– Тридцать три у пирса, князь. Ещё трое дозорных чуть дальше лежат, два у дальнего сарая, другой под сосной. Троих удалось живыми взять, один оглушённый, очухался уже, но пока что молчит. Двое с ранами, не знаю, выживут ли, их Андреевские по-лекарски обиходили уже.
– Как так, такие большие потери-то при таком-то перевесе? –скрипнул зубами Ярослав.
Олег, сам раненый в бою, поправил, морщась, правую руку, что висела на шейной перевязи и, хмурясь, ответил.

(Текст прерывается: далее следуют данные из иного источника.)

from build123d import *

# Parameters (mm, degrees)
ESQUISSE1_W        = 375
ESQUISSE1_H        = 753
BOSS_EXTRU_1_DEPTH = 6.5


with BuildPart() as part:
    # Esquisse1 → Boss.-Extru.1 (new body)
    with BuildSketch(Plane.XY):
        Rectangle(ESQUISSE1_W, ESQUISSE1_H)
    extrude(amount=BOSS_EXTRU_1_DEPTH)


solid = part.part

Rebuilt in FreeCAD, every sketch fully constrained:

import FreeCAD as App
import Part
import Sketcher
from FreeCAD import Vector
Q = App.Units.Quantity

doc = App.newDocument("Part")
params = doc.addObject("Spreadsheet::Sheet", "Params")
for row, (alias, value) in enumerate([
    ("sketch1_width", "375 mm"),
    ("sketch1_height", "753 mm"),
    ("pad1_length", "6.5 mm"),
], start=1):
    params.set(f"A{row}", alias)
    params.set(f"B{row}", "=" + value)
    params.setAlias(f"B{row}", alias)

body = doc.addObject("PartDesign::Body", "Body")

# Sketch on XY plane
sketch1 = doc.addObject("Sketcher::SketchObject", "Sketch")
body.addObject(sketch1)
sketch1.AttachmentSupport = (doc.XY_Plane, [""])
sketch1.MapMode = "FlatFace"
sketch1.addGeometry(Part.LineSegment(Vector(-188, 376, 0), Vector(-188, -376, 0)), False)
sketch1.addGeometry(Part.LineSegment(Vector(-188, -376, 0), Vector(188, -376, 0)), False)
sketch1.addGeometry(Part.LineSegment(Vector(188, -376, 0), Vector(188, 376, 0)), False)
sketch1.addGeometry(Part.LineSegment(Vector(188, 376, 0), Vector(-188, 376, 0)), False)
sketch1.addConstraint(Sketcher.Constraint("Coincident", 0, 2, 1, 1))
sketch1.addConstraint(Sketcher.Constraint("Coincident", 1, 2, 2, 1))
sketch1.addConstraint(Sketcher.Constraint("Coincident", 2, 2, 3, 1))
sketch1.addConstraint(Sketcher.Constraint("Coincident", 3, 2, 0, 1))
sketch1.addConstraint(Sketcher.Constraint("Vertical", 0))
sketch1.addConstraint(Sketcher.Constraint("Horizontal", 1))
sketch1.addConstraint(Sketcher.Constraint("Vertical", 2))
sketch1.addConstraint(Sketcher.Constraint("Horizontal", 3))
sketch1.addConstraint(Sketcher.Constraint("Symmetric", 0, 2, 2, 2, -1, 1))
sketch1.addConstraint(Sketcher.Constraint("DistanceX", 1, 1, 1, 2, Q("375 mm")))
sketch1.addConstraint(Sketcher.Constraint("DistanceY", 0, 2, 0, 1, Q("753 mm")))
sketch1.setExpression("Constraints[9]", "Params.sketch1_width")
sketch1.setExpression("Constraints[10]", "Params.sketch1_height")
pad1 = doc.addObject("PartDesign::Pad", "Pad")
body.addObject(pad1)
pad1.Profile = sketch1
pad1.setExpression("Length", "Params.pad1_length")

doc.recompute()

– Давно с такими отборными воинами я не ратился, князь. Ты меня знаешь, и про мою сотню худого не скажешь, думаю. Хирд ко сну ещё не успел отойти, своих в плаванье проводив. У нас же времени ждать их не было, рассвет уже вовсю подступал. Дозорных сняли чисто, худого Андреевским пластунам не скажу. Однако Кнуд наготове был, а его люди все в броне да при оружии. Для нас же первой задачей было их живыми взять, вот и пытались, сколько могли, за то и поплатились. Потом-то уже насмерть их бить стали, от того-то и чистых пленных нет, все после беспамятства нами были взяты. Хорошие воины, князь, против нас тут вышли. Все как один на смерть пошли. Ни один не захотел почётного плена.

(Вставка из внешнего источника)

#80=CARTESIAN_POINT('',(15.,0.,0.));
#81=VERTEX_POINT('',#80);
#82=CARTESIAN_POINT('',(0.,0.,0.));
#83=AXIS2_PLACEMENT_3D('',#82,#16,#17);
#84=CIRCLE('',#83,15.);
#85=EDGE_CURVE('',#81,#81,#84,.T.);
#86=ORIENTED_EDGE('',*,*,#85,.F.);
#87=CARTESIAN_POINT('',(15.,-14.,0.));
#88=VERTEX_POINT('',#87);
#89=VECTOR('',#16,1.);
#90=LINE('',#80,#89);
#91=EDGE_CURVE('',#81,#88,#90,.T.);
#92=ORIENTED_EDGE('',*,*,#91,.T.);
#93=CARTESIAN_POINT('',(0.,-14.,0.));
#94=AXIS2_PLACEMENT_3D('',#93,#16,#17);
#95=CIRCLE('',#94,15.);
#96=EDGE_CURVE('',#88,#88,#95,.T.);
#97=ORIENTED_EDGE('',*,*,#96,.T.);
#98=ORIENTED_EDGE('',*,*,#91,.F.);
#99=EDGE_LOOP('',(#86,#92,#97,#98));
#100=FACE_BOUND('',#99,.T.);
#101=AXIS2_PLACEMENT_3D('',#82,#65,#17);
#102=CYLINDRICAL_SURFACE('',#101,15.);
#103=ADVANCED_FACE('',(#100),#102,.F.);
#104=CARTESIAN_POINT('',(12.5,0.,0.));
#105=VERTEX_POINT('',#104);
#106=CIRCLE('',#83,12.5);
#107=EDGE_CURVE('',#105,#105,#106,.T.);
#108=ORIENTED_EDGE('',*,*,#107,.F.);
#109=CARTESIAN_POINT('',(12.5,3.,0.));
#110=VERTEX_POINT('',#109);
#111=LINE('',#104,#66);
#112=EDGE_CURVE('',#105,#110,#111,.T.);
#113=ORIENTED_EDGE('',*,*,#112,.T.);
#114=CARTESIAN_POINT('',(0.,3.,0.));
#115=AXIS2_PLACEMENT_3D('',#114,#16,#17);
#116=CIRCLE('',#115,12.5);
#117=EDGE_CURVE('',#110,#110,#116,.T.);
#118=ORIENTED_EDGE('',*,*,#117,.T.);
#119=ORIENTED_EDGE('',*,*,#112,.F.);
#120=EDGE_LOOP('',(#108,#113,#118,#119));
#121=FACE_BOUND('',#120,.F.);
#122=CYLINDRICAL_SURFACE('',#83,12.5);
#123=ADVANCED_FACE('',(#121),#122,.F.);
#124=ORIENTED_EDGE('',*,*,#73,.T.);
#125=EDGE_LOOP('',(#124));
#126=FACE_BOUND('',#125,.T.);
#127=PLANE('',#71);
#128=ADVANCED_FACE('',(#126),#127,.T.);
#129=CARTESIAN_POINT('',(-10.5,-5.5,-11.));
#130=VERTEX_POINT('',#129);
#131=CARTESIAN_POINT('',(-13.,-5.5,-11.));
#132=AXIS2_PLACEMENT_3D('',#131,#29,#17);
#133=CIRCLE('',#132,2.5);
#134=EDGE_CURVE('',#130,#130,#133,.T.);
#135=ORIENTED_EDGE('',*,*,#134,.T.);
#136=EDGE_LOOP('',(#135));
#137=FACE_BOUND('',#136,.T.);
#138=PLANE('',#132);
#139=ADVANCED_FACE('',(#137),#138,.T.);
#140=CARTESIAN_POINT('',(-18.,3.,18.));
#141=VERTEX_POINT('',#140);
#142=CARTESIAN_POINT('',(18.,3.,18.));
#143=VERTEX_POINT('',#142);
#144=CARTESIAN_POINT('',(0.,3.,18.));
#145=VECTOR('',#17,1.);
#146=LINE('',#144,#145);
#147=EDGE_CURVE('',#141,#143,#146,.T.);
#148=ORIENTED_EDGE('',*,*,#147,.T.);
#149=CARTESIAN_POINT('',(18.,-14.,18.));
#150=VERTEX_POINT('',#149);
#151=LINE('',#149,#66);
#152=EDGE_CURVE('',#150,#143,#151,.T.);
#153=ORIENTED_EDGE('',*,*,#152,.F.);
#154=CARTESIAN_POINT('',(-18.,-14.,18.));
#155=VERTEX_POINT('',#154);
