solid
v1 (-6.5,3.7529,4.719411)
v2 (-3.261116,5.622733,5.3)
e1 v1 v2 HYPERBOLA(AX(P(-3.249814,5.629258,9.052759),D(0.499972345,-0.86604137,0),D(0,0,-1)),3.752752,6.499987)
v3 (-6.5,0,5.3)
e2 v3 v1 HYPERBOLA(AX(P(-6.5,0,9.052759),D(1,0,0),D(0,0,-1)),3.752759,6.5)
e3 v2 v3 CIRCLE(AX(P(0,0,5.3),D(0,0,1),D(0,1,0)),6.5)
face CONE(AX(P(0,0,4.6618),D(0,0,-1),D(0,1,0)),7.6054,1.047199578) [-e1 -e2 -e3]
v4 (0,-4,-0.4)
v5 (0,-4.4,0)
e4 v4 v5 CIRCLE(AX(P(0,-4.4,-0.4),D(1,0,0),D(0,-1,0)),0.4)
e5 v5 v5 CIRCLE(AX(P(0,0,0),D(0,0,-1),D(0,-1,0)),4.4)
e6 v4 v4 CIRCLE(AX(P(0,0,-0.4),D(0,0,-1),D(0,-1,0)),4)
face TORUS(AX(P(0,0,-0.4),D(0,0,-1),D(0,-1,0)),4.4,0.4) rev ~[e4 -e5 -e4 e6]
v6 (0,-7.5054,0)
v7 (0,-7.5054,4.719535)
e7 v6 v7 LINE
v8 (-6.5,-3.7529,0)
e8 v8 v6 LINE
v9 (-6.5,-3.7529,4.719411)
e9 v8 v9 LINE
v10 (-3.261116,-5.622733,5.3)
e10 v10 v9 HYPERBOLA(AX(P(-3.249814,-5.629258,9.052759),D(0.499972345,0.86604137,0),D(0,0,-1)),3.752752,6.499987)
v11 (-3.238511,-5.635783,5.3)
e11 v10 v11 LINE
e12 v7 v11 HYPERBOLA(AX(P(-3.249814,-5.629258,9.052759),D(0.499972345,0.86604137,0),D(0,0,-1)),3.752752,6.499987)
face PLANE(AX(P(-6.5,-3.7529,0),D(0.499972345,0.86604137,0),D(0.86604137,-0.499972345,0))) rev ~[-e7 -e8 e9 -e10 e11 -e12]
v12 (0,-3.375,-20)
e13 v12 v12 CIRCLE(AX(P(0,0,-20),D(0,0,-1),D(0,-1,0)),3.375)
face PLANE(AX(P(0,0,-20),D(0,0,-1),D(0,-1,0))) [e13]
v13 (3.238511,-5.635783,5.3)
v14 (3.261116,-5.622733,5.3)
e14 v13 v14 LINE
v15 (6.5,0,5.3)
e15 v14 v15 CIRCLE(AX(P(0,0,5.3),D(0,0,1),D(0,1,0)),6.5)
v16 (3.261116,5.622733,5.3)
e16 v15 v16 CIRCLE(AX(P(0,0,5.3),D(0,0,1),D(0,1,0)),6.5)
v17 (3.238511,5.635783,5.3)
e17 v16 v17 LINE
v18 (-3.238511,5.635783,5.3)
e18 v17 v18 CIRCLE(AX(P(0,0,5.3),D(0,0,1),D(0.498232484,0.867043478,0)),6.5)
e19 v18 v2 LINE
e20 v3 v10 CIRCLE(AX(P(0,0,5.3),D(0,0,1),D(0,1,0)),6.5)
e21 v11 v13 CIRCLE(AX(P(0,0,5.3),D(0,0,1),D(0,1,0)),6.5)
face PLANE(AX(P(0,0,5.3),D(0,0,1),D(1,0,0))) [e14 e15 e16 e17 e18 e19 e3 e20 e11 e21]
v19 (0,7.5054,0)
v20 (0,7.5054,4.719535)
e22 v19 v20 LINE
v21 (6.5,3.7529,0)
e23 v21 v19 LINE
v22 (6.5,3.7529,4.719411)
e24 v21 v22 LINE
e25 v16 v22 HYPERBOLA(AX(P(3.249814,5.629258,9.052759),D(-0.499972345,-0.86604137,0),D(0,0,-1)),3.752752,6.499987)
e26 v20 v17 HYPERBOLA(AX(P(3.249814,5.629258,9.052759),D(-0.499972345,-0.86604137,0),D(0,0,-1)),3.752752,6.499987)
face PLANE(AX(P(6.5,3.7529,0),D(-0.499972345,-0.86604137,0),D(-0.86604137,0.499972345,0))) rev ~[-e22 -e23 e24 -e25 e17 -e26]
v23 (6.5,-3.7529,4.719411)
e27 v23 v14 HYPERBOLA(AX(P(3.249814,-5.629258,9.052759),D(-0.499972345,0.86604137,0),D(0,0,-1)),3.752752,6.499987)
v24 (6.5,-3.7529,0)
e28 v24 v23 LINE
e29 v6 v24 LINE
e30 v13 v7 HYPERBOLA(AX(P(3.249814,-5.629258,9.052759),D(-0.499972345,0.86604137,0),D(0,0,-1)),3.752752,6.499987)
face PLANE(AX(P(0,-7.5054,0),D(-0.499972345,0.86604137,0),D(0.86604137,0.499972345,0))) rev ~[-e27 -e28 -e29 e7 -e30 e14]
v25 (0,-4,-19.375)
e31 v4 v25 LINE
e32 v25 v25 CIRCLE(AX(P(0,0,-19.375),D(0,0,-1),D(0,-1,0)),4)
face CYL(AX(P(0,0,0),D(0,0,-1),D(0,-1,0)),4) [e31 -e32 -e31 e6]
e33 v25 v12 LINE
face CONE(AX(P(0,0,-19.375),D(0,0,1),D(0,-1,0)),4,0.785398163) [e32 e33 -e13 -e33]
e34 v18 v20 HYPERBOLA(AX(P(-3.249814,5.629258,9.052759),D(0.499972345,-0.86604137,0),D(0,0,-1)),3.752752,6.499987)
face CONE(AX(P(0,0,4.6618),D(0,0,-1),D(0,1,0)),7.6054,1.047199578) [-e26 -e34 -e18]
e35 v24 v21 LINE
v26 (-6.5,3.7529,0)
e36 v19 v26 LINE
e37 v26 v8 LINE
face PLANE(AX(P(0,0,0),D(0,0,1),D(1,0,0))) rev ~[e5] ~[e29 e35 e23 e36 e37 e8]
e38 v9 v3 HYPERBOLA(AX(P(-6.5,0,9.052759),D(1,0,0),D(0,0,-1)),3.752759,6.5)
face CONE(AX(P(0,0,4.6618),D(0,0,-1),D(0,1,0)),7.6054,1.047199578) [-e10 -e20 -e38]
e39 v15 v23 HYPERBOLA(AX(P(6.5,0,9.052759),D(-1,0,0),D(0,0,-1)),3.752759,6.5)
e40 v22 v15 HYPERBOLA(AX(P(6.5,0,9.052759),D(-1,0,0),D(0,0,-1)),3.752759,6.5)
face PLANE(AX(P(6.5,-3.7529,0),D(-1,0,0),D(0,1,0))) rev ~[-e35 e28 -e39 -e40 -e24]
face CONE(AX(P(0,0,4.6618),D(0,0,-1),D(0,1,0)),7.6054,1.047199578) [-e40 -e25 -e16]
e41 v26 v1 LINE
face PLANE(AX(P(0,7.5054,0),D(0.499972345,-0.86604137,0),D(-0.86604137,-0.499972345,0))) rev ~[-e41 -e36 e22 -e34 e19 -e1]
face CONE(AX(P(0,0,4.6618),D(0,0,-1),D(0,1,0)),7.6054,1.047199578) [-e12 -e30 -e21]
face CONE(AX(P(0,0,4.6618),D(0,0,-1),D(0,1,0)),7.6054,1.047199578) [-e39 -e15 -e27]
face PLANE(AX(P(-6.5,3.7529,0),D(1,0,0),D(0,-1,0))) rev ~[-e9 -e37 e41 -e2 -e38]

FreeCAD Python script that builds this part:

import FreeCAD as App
import Part
import Sketcher
from FreeCAD import Vector
Q = App.Units.Quantity


def edges_at(feature, points):
    """Names of the edges that pass closest to the given points."""
    edges = feature.Shape.Edges
    near = lambda p: min(range(len(edges)), key=lambda i: edges[i].distToShape(Part.Vertex(*p))[0])
    return sorted({f"Edge{near(p) + 1}" for p in points})


def add_polygon(sketch, points):
    """Adds a closed chain of lines whose ends are joined by coincident constraints."""
    first, n = sketch.GeometryCount, len(points)
    for a, b in zip(points, points[1:] + points[:1]):
        sketch.addGeometry(Part.LineSegment(App.Vector(*a, 0), App.Vector(*b, 0)), False)
    for i in range(n):
        sketch.addConstraint(Sketcher.Constraint("Coincident", first + i, 2, first + (i + 1) % n, 1))

doc = App.newDocument("Part")
body = doc.addObject("PartDesign::Body", "Body")

# Sketch on XY plane
sketch1 = body.newObject("Sketcher::SketchObject", "Sketch")
sketch1.AttachmentSupport = (doc.getObject("XY_Plane"), [""])
sketch1.MapMode = "FlatFace"
add_polygon(sketch1, [(0, 7.5054), (-6.5, 3.7529), (-6.5, -3.7529), (0, -7.5054), (6.5, -3.7529), (6.5, 3.7529)])  # lines 0-5
sketch1.addConstraint([
    Sketcher.Constraint("Vertical", 1),
    Sketcher.Constraint("Vertical", 4),
    Sketcher.Constraint("Symmetric", 0, 2, 3, 2, -1, 1),
    Sketcher.Constraint("Symmetric", 2, 2, 5, 2, -1, 1),
    Sketcher.Constraint("PointOnObject", 2, 2, -2),
    Sketcher.Constraint("Parallel", 2, 5),
    Sketcher.Constraint("Horizontal", 1, 2, 3, 2),
    Sketcher.Constraint("DistanceX", 1, 2, 3, 2, Q("13 mm")),
    Sketcher.Constraint("DistanceY", 1, 2, 1, 1, Q("7.5058 mm")),
    Sketcher.Constraint("Distance", 0, Q("7.5054 mm")),
])
pad1 = body.newObject("PartDesign::Pad", "Pad")
pad1.Profile = sketch1
pad1.Length = 5.3

# Sketch on YZ plane
sketch2 = body.newObject("Sketcher::SketchObject", "Sketch001")
sketch2.AttachmentSupport = (doc.getObject("YZ_Plane"), [""])
sketch2.MapMode = "FlatFace"
add_polygon(sketch2, [(6.5, 5.3), (7.6054, 4.6618), (7.6054, 5.3)])  # lines 0-2
sketch2.addConstraint([
    Sketcher.Constraint("Vertical", 1),
    Sketcher.Constraint("Horizontal", 2),
    Sketcher.Constraint("DistanceX", -1, 1, 2, 2, Q("6.5 mm")),
    Sketcher.Constraint("Angle", 0, Q("-30 deg")),
    Sketcher.Constraint("DistanceY", -1, 1, 1, 2, Q("5.3 mm")),
    Sketcher.Constraint("DistanceX", 2, 2, 2, 1, Q("1.1054 mm")),
])
groove = body.newObject("PartDesign::Groove", "Groove")
groove.Profile = sketch2
groove.ReferenceAxis = (sketch2, ["V_Axis"])
groove.Angle = 360

# Sketch on YZ plane
sketch3 = body.newObject("Sketcher::SketchObject", "Sketch002")
sketch3.AttachmentSupport = (doc.getObject("YZ_Plane"), [""])
sketch3.MapMode = "FlatFace"
add_polygon(sketch3, [(-4, -20), (0, -20), (0, 0), (-4, 0)])  # lines 0-3
sketch3.addConstraint([
    Sketcher.Constraint("Horizontal", 0),
    Sketcher.Constraint("Vertical", 1),
    Sketcher.Constraint("Horizontal", 2),
    Sketcher.Constraint("Vertical", 3),
    Sketcher.Constraint("Coincident", 1, 2, -1, 1),
    Sketcher.Constraint("DistanceX", 0, 1, 0, 2, Q("4 mm")),
    Sketcher.Constraint("DistanceY", 1, 1, 1, 2, Q("20 mm")),
])
revolution = body.newObject("PartDesign::Revolution", "Revolution")
revolution.Profile = sketch3
revolution.ReferenceAxis = (sketch3, ["V_Axis"])
revolution.Angle = 360
doc.recompute()

chamfer = body.newObject("PartDesign::Chamfer", "Chamfer")
chamfer.Base = (revolution, edges_at(revolution, [(0, 4, -20)]))
chamfer.Size = 0.625
doc.recompute()

fillet = body.newObject("PartDesign::Fillet", "Fillet")
fillet.Base = (chamfer, edges_at(chamfer, [(0, 4, 0)]))
fillet.Radius = 0.4

doc.recompute()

Князь с представителями высшей власти Новгорода вновь подошли к длинному ряду погибших русских воинов и склонили, скорбя голову. Многих из них Ярослав лично знал в лицо и не раз ходил с ними в дальние походы. Однако голову в бою им пришлось сложить на своей земле у самой святой Софии Новгородской.
– Отпевать и прощаться прилюдно будем! –крикнул громогласно князь, –Пусть каждый новгородец видит, что враг не дремлет и, помимо своих вечных драк и склок на вече, о защите своей земли тоже подумает. Да и нас, дружину, куском хлеба не попрекает впредь! За тот хлеб кровью нашей обильно плачено! – и пошёл со двора.
А на подворье развернулась уже свита Поместника и Тысяцкого, пересчитывая и приходуя всё-то добро, что только тут было. Всё имущество изменника по закону отходило казне, и было его тут изрядно.
Вечером, уже в княжеском тереме, обсуждая дальнейшие планы, опять покачал головой Ярослав:
– Какие потери, Андрей Иванович, кто бы мог подумать, что такой ярости бой будет. Знал бы, что на подворье хирд Игвара из Зеланда стоит, больше бы людей с реки на ладьях послал. Я-то сам его уже видел в бою в Эстляндии, повезло еще, что он на пристань не смог прорваться, точно бы тогда рекою ушёл.
– Не ушёл бы, князь, –усмехнулся Сотник, –не научились у нас по ней ещё ногами ходить.
И, отвечая на вопросительный взгляд Ярослава, пояснил:
– Все ладьи после того, как сотня дружины высадилась от причала, отошли. А датская, так та и вовсе вниз по течению уплыла. Видать, причальные концы оборвали в суете. До сих пор что то писари Посадника её не нашли, всё выглядывают поди – и грустно вздохнул, разведя руками.
Князь, прищурив глаза, с улыбкой посмотрел на Андрея:
– Ну-ну. Значит, уплыла куда-то, что даже, и найти не смогли. Да и Бог с ней, пусть плывёт, небось, хорошим людям-то она, где и сгодится?
Сотник, отбросив шутки, кивнул:
– Сгодится в походе, Ярослав Всеволодович. У этих же пауков её уже не заберёшь себе, коли, что к ним уже в руки попало. Даром, что ладья та с боя взята.
– Ну ладно, пусть так. Вам там ещё с боя ратное железо причитается. Тринадцать твои пластуны на берегу угомонили, а это почти третья часть хирда как-никак. Из них пять стрелками будут. Сколько бы крови моей дружине стоили, коли б за свои луки успели бы взяться? Так что спасибо твоим стрелкам.
– Это тебе, князь, спасибо, –кивнул Андрей, –За то, что с изменником разрешил покончить моему человеку, в ноги тебе он кланяется, благодарен, что за кровь своей семьи отомстил.
– Ладно, не стоит, то по правде всё! –нахмурился князь, –Отплываете завтра?
– Да, перед самым рассветом. Не к чему глаза лишним людям мозолить. Да и ладья там одна есть приметная, –усмехнулся Сотник.